Records from a dataset:
■ ■ ■ ■

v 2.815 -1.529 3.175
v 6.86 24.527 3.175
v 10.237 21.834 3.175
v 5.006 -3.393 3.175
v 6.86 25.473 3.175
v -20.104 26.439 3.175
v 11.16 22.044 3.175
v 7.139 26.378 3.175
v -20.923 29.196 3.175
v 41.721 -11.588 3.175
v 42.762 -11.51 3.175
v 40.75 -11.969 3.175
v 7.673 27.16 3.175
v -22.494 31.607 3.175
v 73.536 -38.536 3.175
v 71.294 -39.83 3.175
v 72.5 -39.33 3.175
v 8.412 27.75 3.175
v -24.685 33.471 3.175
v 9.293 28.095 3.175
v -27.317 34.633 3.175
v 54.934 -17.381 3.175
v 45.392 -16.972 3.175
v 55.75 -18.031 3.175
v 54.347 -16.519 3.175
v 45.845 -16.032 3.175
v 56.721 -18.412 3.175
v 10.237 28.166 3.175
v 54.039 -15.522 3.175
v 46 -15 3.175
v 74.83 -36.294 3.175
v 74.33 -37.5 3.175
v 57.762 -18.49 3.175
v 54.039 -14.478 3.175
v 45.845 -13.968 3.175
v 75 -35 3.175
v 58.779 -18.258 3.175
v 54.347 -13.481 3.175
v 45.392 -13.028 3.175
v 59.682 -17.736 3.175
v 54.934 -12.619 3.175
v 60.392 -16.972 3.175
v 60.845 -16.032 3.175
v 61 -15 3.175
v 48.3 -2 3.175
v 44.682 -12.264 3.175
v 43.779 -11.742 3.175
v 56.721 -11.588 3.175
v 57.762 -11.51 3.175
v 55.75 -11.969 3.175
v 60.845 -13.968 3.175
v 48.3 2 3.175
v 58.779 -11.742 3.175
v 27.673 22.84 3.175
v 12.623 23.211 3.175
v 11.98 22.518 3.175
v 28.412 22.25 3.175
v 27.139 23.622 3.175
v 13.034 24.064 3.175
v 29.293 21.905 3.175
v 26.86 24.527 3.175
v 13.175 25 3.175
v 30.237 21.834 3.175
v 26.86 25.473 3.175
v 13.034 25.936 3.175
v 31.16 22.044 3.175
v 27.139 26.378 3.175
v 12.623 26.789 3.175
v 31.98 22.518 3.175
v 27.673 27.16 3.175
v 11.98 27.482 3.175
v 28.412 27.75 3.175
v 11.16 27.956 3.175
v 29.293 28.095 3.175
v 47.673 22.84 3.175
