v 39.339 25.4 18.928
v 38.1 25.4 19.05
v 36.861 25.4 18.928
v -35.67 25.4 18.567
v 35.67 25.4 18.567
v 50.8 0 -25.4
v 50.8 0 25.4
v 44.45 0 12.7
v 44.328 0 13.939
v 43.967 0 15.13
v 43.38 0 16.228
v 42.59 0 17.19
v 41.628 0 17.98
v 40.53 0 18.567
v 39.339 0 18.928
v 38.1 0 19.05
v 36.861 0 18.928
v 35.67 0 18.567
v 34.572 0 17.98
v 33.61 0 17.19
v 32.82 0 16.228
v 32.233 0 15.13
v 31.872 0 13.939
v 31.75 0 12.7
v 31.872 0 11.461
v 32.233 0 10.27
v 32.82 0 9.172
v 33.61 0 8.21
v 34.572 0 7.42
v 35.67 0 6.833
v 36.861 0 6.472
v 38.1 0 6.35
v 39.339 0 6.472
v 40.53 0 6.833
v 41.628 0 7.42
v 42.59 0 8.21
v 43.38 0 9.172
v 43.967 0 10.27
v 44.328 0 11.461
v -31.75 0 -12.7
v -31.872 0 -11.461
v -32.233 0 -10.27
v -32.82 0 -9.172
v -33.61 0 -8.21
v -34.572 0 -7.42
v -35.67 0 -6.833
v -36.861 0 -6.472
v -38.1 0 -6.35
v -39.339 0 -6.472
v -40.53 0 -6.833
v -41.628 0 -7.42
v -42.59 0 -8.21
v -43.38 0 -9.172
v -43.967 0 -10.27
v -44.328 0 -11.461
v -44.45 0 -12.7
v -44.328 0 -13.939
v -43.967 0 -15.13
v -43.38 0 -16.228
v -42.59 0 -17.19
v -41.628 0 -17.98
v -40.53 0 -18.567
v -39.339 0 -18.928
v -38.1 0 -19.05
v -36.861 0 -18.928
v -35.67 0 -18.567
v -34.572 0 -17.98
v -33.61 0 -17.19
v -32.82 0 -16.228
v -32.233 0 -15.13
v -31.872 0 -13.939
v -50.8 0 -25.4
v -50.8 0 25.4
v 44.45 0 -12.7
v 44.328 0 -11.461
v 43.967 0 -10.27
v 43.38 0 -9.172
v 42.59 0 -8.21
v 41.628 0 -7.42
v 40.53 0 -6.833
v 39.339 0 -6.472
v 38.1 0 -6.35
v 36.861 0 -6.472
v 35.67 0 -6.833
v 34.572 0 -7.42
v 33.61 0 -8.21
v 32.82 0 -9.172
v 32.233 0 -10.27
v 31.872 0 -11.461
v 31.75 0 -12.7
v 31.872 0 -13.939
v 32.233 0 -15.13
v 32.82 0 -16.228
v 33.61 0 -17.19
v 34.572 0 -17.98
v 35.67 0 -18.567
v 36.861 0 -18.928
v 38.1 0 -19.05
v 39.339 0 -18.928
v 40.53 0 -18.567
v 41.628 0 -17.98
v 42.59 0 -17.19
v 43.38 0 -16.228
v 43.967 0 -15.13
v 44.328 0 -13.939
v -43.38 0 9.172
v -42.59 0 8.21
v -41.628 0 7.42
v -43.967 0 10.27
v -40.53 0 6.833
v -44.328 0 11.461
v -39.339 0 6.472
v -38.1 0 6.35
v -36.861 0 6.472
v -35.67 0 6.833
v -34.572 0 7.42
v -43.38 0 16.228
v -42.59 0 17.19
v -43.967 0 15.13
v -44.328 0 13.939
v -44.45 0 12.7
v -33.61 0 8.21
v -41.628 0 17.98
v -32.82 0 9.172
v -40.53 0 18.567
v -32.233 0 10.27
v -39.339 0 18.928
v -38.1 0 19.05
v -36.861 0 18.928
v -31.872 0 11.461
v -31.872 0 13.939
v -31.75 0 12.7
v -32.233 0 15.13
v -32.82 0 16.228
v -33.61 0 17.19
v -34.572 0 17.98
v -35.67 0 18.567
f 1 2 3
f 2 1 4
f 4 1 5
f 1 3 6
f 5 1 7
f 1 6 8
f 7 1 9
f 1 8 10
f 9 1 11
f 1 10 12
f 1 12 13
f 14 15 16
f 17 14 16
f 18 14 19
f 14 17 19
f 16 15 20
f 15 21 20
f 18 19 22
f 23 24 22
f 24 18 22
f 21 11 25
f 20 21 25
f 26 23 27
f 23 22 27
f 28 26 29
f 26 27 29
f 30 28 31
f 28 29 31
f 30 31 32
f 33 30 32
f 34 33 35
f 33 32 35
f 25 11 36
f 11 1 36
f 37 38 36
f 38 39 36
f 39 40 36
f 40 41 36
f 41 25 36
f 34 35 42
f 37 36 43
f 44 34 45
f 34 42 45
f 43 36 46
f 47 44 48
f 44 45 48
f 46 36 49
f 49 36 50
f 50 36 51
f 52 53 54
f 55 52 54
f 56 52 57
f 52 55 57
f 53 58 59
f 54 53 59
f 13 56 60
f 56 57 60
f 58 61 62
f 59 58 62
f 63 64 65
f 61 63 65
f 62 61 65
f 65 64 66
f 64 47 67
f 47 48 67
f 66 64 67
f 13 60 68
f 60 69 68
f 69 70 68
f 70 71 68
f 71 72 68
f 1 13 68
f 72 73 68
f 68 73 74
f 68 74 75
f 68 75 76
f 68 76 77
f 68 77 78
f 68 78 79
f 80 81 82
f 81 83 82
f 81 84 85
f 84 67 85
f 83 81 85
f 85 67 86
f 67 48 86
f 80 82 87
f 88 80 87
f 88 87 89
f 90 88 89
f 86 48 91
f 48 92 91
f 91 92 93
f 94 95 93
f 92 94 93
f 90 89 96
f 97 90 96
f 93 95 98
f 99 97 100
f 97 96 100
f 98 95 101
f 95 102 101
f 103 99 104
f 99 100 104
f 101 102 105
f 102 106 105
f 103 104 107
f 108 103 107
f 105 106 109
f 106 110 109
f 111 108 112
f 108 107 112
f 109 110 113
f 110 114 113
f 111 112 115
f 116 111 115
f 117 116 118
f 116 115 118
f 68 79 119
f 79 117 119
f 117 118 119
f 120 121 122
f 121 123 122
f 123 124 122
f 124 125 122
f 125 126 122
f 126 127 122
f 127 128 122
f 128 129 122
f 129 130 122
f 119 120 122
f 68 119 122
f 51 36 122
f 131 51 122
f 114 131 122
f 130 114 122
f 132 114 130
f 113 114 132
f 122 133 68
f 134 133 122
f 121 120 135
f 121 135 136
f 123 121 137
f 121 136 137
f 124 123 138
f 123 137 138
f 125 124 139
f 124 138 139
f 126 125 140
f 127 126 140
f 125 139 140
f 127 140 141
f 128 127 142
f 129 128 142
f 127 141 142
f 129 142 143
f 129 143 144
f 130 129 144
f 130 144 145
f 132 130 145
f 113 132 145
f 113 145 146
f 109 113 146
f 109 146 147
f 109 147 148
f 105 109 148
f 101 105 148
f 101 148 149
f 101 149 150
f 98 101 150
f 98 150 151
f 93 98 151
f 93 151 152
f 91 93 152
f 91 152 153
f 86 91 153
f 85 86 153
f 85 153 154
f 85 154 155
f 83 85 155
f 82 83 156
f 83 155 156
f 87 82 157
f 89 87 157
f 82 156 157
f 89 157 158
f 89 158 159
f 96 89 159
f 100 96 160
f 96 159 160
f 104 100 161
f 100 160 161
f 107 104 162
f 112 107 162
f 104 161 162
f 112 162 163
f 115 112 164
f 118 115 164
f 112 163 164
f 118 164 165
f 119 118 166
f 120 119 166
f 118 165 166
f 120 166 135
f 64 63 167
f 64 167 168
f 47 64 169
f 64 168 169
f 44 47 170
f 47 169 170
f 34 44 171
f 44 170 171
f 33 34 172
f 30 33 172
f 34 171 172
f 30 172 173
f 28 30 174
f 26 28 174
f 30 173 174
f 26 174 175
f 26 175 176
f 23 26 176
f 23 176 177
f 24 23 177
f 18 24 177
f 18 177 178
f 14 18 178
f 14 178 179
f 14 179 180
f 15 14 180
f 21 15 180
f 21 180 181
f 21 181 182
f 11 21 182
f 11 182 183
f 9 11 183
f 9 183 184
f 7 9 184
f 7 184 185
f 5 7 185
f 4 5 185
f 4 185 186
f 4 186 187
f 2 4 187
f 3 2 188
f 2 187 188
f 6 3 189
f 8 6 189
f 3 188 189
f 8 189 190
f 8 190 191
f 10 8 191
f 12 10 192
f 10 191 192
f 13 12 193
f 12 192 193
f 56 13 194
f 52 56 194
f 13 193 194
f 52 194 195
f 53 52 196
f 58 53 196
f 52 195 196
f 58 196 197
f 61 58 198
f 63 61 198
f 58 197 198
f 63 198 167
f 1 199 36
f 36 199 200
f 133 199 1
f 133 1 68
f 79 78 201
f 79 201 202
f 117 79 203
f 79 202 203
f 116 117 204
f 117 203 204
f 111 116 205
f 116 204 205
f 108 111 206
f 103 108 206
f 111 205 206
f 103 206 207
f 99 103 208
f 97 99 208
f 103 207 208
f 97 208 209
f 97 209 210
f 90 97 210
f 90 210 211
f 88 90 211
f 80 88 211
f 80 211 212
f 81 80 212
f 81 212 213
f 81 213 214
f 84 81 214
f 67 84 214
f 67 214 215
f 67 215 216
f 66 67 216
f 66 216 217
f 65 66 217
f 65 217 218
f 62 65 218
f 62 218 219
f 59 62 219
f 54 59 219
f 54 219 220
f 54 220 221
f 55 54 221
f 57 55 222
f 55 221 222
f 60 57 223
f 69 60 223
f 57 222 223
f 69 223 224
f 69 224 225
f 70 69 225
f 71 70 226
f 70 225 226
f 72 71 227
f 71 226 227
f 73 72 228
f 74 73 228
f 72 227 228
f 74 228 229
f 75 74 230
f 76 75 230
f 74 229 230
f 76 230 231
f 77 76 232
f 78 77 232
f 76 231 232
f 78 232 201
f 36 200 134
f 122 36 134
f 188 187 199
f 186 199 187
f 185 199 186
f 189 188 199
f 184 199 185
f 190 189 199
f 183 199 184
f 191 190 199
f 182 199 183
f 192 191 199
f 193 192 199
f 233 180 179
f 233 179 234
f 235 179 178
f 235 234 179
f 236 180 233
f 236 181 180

■ ■ ■ ■

*Instructions for the task:* Extract exactly the leading lines of the data, stopping at and including the line with "v 45.845 -13.968 3.175".

*Output below:*
v 2.815 -1.529 3.175
v 6.86 24.527 3.175
v 10.237 21.834 3.175
v 5.006 -3.393 3.175
v 6.86 25.473 3.175
v -20.104 26.439 3.175
v 11.16 22.044 3.175
v 7.139 26.378 3.175
v -20.923 29.196 3.175
v 41.721 -11.588 3.175
v 42.762 -11.51 3.175
v 40.75 -11.969 3.175
v 7.673 27.16 3.175
v -22.494 31.607 3.175
v 73.536 -38.536 3.175
v 71.294 -39.83 3.175
v 72.5 -39.33 3.175
v 8.412 27.75 3.175
v -24.685 33.471 3.175
v 9.293 28.095 3.175
v -27.317 34.633 3.175
v 54.934 -17.381 3.175
v 45.392 -16.972 3.175
v 55.75 -18.031 3.175
v 54.347 -16.519 3.175
v 45.845 -16.032 3.175
v 56.721 -18.412 3.175
v 10.237 28.166 3.175
v 54.039 -15.522 3.175
v 46 -15 3.175
v 74.83 -36.294 3.175
v 74.33 -37.5 3.175
v 57.762 -18.49 3.175
v 54.039 -14.478 3.175
v 45.845 -13.968 3.175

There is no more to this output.